* PROBLEM DESCRIPTION *
Starting with the line that contains "#24=CARTESIAN_POINT('',(0.,0.,3.175));" and stopping after the line that contains "#48=LINE('',#42,#47);", copy the entries below exactly. Include nothing else.

====== PROVIDED INFORMATION

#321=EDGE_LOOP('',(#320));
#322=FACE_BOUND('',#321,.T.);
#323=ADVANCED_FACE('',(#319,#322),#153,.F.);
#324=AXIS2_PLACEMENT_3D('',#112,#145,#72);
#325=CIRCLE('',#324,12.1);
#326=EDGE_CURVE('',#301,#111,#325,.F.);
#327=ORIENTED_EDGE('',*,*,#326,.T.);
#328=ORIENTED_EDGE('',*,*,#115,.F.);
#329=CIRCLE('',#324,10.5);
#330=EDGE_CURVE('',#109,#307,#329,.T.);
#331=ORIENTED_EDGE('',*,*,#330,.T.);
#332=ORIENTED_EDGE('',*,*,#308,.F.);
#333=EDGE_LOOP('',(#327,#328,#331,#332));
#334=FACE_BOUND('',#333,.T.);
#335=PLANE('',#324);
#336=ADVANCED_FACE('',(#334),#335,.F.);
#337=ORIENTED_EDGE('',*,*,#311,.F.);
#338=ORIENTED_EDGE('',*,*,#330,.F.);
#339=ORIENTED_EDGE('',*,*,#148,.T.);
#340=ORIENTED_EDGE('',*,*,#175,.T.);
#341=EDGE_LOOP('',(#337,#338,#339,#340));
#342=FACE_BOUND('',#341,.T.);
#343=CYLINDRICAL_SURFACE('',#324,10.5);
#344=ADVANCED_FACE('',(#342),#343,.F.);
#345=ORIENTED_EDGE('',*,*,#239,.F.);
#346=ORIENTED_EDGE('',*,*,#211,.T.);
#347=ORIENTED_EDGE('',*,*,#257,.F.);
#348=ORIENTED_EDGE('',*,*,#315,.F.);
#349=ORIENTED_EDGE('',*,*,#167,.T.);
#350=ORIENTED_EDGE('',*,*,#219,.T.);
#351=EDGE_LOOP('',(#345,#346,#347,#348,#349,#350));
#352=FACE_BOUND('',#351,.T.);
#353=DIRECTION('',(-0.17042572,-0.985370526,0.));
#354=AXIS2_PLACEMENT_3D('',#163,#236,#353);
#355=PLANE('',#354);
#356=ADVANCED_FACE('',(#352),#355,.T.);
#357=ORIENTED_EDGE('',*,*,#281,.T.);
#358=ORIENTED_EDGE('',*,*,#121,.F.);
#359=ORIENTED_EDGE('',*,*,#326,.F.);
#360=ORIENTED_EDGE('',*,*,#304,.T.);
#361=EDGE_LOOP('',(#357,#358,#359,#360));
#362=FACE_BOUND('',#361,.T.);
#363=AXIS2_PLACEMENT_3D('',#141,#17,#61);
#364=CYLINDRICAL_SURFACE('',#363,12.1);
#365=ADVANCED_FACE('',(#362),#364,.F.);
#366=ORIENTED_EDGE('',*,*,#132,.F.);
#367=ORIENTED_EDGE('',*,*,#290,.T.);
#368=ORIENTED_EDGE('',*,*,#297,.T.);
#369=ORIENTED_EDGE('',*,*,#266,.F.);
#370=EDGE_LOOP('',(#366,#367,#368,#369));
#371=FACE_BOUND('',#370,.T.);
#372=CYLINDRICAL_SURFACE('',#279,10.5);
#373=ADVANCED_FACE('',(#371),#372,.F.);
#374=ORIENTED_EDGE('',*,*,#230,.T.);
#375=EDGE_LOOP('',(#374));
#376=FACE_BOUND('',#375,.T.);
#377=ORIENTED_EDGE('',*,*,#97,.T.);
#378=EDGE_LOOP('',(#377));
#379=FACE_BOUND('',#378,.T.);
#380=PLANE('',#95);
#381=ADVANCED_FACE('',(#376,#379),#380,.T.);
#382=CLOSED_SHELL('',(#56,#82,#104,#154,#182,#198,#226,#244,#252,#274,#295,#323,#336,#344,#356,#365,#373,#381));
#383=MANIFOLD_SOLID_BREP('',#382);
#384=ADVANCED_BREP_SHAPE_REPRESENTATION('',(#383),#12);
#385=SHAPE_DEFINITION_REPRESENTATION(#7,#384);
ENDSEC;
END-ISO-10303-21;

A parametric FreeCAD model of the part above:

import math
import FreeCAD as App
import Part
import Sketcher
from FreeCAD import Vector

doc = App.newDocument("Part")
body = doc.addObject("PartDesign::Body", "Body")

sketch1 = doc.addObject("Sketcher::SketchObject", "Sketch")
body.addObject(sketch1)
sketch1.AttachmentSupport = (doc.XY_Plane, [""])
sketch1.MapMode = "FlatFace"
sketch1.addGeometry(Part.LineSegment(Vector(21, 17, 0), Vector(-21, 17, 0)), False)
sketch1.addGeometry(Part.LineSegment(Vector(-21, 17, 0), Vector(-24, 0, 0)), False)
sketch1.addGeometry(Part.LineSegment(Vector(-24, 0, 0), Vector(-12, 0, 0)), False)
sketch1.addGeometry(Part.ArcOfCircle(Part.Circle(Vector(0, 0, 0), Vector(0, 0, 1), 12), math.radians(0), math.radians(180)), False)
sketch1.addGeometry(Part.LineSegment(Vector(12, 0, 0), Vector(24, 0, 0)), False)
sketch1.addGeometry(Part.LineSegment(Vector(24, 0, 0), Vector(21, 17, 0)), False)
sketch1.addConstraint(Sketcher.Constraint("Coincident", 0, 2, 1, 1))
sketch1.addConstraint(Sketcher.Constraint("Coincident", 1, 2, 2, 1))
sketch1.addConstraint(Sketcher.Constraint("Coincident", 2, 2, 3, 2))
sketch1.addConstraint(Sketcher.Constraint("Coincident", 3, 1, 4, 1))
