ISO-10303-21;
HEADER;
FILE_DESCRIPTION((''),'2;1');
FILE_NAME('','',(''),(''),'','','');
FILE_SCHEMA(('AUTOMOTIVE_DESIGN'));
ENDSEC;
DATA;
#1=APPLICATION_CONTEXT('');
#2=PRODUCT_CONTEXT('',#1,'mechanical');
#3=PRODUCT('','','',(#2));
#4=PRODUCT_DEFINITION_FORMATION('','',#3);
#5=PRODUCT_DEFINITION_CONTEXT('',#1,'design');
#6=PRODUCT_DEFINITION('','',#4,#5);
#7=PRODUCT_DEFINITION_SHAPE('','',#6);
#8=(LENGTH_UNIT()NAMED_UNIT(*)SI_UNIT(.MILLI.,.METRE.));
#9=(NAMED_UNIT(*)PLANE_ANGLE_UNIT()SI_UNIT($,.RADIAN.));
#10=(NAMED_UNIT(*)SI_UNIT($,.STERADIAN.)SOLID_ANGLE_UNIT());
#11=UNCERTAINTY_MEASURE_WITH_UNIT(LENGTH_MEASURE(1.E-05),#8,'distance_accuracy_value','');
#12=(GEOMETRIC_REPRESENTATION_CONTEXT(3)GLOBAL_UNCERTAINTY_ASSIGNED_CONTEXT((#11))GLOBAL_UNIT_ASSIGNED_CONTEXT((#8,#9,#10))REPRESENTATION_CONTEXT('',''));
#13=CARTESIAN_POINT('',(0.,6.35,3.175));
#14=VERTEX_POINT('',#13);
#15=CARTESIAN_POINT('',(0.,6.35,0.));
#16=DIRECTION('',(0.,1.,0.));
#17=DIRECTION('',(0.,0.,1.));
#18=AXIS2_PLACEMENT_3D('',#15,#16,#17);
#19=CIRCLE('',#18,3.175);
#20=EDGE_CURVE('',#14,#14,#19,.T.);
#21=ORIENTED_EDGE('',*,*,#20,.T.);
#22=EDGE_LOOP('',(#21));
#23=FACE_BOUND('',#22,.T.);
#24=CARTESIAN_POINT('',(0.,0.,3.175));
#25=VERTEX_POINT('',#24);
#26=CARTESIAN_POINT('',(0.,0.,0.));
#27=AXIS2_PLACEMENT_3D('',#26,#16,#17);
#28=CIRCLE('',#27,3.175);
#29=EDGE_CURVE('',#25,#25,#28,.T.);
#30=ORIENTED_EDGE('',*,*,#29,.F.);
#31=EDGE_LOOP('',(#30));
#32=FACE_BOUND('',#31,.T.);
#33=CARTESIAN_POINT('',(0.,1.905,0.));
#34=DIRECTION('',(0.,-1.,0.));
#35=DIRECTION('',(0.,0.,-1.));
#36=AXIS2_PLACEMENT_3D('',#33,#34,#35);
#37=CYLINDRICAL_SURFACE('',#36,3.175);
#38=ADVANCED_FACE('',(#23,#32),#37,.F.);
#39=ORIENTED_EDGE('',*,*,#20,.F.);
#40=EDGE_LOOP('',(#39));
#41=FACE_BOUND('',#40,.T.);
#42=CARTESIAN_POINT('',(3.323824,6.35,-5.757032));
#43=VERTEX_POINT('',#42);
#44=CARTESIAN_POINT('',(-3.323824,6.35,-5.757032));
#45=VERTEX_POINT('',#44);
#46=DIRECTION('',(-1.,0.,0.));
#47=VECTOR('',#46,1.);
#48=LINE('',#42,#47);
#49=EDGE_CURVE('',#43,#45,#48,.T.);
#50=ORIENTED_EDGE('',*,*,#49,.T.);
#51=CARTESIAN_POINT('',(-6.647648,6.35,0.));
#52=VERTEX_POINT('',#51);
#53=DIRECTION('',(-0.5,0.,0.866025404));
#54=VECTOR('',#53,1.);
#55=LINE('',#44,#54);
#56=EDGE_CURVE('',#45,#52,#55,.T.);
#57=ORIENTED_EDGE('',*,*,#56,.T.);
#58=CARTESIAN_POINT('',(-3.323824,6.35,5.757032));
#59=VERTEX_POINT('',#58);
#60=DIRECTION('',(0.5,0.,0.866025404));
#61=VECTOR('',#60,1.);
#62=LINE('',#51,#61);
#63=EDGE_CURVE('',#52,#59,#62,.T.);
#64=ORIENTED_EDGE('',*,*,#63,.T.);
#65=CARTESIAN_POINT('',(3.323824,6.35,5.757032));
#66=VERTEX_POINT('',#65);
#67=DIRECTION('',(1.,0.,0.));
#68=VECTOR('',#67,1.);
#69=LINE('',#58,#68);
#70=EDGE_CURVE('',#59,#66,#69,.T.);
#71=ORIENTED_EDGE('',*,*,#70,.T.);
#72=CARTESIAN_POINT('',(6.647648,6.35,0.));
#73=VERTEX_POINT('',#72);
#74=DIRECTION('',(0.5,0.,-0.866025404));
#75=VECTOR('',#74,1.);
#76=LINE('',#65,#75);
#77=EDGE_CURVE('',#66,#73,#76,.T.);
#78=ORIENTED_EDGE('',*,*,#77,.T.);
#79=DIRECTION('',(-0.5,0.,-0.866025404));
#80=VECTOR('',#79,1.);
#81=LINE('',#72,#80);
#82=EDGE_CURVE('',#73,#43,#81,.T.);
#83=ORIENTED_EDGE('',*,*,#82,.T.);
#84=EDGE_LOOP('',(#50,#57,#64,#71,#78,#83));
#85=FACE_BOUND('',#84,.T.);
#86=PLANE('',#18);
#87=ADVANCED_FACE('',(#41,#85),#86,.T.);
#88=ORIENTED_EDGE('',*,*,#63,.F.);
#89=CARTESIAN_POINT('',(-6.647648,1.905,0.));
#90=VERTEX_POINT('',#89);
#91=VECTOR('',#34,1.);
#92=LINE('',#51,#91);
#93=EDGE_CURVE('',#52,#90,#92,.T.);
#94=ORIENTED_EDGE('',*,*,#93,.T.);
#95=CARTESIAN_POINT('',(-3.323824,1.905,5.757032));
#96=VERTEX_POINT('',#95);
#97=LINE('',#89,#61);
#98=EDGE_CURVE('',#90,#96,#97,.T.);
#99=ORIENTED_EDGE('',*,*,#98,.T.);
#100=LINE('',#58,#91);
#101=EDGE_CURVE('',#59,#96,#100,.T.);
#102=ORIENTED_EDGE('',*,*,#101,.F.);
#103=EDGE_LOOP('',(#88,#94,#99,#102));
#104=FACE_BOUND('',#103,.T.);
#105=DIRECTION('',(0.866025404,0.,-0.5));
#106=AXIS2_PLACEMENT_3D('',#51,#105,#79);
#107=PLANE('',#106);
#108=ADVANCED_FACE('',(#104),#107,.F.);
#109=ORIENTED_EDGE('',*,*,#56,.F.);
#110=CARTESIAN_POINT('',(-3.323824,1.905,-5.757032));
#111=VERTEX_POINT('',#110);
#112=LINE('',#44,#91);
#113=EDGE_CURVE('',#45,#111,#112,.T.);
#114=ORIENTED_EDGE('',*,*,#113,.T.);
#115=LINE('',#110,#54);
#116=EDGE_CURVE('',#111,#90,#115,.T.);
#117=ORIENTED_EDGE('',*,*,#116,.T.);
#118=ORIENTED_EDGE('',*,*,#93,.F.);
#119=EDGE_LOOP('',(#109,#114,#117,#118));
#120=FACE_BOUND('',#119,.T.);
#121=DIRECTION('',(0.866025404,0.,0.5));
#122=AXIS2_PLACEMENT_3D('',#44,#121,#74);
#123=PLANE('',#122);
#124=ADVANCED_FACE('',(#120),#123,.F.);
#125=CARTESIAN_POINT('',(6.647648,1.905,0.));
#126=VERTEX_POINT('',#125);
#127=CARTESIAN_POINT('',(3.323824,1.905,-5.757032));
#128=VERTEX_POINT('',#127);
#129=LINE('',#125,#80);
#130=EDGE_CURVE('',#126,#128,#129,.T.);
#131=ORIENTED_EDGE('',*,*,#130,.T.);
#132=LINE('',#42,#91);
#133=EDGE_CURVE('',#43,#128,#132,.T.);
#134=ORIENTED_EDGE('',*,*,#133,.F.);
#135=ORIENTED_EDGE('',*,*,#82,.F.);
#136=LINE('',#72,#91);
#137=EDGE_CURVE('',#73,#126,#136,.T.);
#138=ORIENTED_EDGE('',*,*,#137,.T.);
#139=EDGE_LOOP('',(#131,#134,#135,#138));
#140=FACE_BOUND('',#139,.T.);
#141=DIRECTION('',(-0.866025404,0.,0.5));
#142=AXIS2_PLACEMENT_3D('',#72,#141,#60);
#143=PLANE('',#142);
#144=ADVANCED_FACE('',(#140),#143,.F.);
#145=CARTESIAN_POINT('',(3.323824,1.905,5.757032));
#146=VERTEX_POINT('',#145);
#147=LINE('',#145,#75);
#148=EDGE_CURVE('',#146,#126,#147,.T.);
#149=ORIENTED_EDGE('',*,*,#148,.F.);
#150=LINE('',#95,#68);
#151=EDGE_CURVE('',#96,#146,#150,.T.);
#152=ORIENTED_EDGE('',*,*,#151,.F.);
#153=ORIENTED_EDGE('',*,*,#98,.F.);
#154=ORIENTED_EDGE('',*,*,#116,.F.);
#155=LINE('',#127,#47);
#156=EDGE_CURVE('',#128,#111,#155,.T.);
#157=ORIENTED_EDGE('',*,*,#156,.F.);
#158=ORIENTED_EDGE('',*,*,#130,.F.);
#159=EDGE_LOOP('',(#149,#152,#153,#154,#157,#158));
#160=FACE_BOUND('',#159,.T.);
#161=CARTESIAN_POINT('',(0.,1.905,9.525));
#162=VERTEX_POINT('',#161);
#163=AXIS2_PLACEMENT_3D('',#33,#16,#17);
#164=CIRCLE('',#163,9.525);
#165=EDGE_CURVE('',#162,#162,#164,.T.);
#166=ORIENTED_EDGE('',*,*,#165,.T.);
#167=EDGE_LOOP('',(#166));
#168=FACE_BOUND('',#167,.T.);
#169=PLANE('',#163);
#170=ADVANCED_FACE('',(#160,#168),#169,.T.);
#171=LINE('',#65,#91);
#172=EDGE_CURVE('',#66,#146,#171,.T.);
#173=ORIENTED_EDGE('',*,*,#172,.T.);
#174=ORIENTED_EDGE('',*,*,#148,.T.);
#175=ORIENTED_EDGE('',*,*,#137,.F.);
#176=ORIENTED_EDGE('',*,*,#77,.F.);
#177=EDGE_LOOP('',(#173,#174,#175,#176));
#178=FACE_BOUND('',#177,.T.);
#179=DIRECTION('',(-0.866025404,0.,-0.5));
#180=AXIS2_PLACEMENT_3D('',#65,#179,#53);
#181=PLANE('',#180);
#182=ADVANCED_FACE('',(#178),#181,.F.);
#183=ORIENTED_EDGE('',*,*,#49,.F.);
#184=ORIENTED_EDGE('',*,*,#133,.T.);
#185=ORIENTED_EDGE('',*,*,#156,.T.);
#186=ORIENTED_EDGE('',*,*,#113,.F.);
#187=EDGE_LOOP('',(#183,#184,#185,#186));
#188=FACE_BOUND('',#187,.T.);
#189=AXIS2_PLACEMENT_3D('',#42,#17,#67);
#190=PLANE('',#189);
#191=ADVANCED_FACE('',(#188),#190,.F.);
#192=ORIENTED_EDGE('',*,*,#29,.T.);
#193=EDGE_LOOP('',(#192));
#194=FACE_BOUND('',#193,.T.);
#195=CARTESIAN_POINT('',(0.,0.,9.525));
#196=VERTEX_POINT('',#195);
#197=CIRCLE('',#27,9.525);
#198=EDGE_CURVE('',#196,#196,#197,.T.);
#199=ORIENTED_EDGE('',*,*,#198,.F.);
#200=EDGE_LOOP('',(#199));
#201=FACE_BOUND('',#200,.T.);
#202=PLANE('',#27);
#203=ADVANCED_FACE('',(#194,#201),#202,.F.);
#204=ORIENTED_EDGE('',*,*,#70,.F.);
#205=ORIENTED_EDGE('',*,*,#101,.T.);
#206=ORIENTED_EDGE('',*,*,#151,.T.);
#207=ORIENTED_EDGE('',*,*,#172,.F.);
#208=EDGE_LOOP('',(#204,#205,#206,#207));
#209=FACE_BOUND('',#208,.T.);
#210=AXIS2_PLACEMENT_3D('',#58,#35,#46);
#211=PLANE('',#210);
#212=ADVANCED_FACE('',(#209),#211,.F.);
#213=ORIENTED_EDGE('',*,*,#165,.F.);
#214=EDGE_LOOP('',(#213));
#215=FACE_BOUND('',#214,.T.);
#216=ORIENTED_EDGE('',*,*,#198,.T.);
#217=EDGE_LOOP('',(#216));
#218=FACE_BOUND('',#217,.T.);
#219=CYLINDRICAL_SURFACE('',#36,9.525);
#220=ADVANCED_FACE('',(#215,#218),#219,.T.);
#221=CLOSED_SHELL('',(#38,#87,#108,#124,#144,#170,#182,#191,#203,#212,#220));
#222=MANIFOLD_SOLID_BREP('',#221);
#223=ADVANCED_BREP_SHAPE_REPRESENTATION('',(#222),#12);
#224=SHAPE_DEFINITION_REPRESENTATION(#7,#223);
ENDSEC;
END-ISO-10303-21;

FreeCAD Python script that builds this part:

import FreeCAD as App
import Part
import Sketcher
from FreeCAD import Vector
Q = App.Units.Quantity

doc = App.newDocument("Part")
body = doc.addObject("PartDesign::Body", "Body")

# Sketch on XZ plane
sketch1 = body.newObject("Sketcher::SketchObject", "Sketch")
sketch1.AttachmentSupport = (doc.getObject("XZ_Plane"), [""])
sketch1.MapMode = "FlatFace"
sketch1.addGeometry([
    Part.Circle(Vector(0, 0, 0), Vector(0, 0, 1), 9.525),
    Part.Circle(Vector(0, 0, 0), Vector(0, 0, 1), 3.175),
], False)
sketch1.addConstraint([
    Sketcher.Constraint("Coincident", 0, 3, -1, 1),
    Sketcher.Constraint("Coincident", 1, 3, -1, 1),
    Sketcher.Constraint("Diameter", 0, Q("0.75 in")),
    Sketcher.Constraint("Diameter", 1, Q("0.25 in")),
])
pad1 = body.newObject("PartDesign::Pad", "Pad")
pad1.Profile = sketch1
pad1.Length = Q("0.075 in")
pad1.Reversed = True

# Sketch on XZ plane
sketch2 = body.newObject("Sketcher::SketchObject", "Sketch001")
sketch2.AttachmentSupport = (doc.getObject("XZ_Plane"), [""])
sketch2.MapMode = "FlatFace"
sketch2.AttachmentOffset = App.Placement(Vector(0, 0, -0.075 * 25.4), App.Rotation())
sketch2.addGeometry([
    Part.LineSegment(Vector(6.647648, 0, 0), Vector(3.323824, -5.757032, 0)),  # 0
    Part.LineSegment(Vector(3.323824, -5.757032, 0), Vector(-3.323824, -5.757032, 0)),  # 1
    Part.LineSegment(Vector(-3.323824, -5.757032, 0), Vector(-6.647648, 0, 0)),  # 2
    Part.LineSegment(Vector(-6.647648, 0, 0), Vector(-3.323824, 5.757032, 0)),  # 3
    Part.LineSegment(Vector(-3.323824, 5.757032, 0), Vector(3.323824, 5.757032, 0)),  # 4
    Part.LineSegment(Vector(3.323824, 5.757032, 0), Vector(6.647648, 0, 0)),  # 5
    Part.Circle(Vector(0, 0, 0), Vector(0, 0, 1), 3.175),  # 6
], False)
sketch2.addConstraint([
    Sketcher.Constraint("Coincident", 0, 2, 1, 1),
    Sketcher.Constraint("Coincident", 1, 2, 2, 1),
    Sketcher.Constraint("Coincident", 2, 2, 3, 1),
    Sketcher.Constraint("Coincident", 3, 2, 4, 1),
    Sketcher.Constraint("Coincident", 4, 2, 5, 1),
    Sketcher.Constraint("Coincident", 5, 2, 0, 1),
    Sketcher.Constraint("Horizontal", 1),
    Sketcher.Constraint("Horizontal", 4),
    Sketcher.Constraint("Coincident", 6, 3, -1, 1),
    Sketcher.Constraint("Symmetric", 0, 2, 3, 2, -1, 1),
    Sketcher.Constraint("Symmetric", 2, 2, 5, 2, -1, 1),
    Sketcher.Constraint("PointOnObject", 2, 2, -1),
    Sketcher.Constraint("Parallel", 2, 5),
    Sketcher.Constraint("Vertical", 1, 2, 3, 2),
    Sketcher.Constraint("Diameter", 6, Q("0.25 in")),
    Sketcher.Constraint("Angle", 0, Q("-120 deg")),
    Sketcher.Constraint("DistanceX", 1, 2, 1, 1, 6.647648),
    Sketcher.Constraint("DistanceY", 0, 2, -1, 1, 5.757032),
])
pad2 = body.newObject("PartDesign::Pad", "Pad001")
pad2.Profile = sketch2
pad2.Length = Q("0.175 in")
pad2.Reversed = True

doc.recompute()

============

* RESPONSE TO THIS TASK *
#24=CARTESIAN_POINT('',(0.,0.,3.175));
#25=VERTEX_POINT('',#24);
#26=CARTESIAN_POINT('',(0.,0.,0.));
#27=AXIS2_PLACEMENT_3D('',#26,#16,#17);
#28=CIRCLE('',#27,3.175);
#29=EDGE_CURVE('',#25,#25,#28,.T.);
#30=ORIENTED_EDGE('',*,*,#29,.F.);
#31=EDGE_LOOP('',(#30));
#32=FACE_BOUND('',#31,.T.);
#33=CARTESIAN_POINT('',(0.,1.905,0.));
#34=DIRECTION('',(0.,-1.,0.));
#35=DIRECTION('',(0.,0.,-1.));
#36=AXIS2_PLACEMENT_3D('',#33,#34,#35);
#37=CYLINDRICAL_SURFACE('',#36,3.175);
#38=ADVANCED_FACE('',(#23,#32),#37,.F.);
#39=ORIENTED_EDGE('',*,*,#20,.F.);
#40=EDGE_LOOP('',(#39));
#41=FACE_BOUND('',#40,.T.);
#42=CARTESIAN_POINT('',(3.323824,6.35,-5.757032));
#43=VERTEX_POINT('',#42);
#44=CARTESIAN_POINT('',(-3.323824,6.35,-5.757032));
#45=VERTEX_POINT('',#44);
#46=DIRECTION('',(-1.,0.,0.));
#47=VECTOR('',#46,1.);
#48=LINE('',#42,#47);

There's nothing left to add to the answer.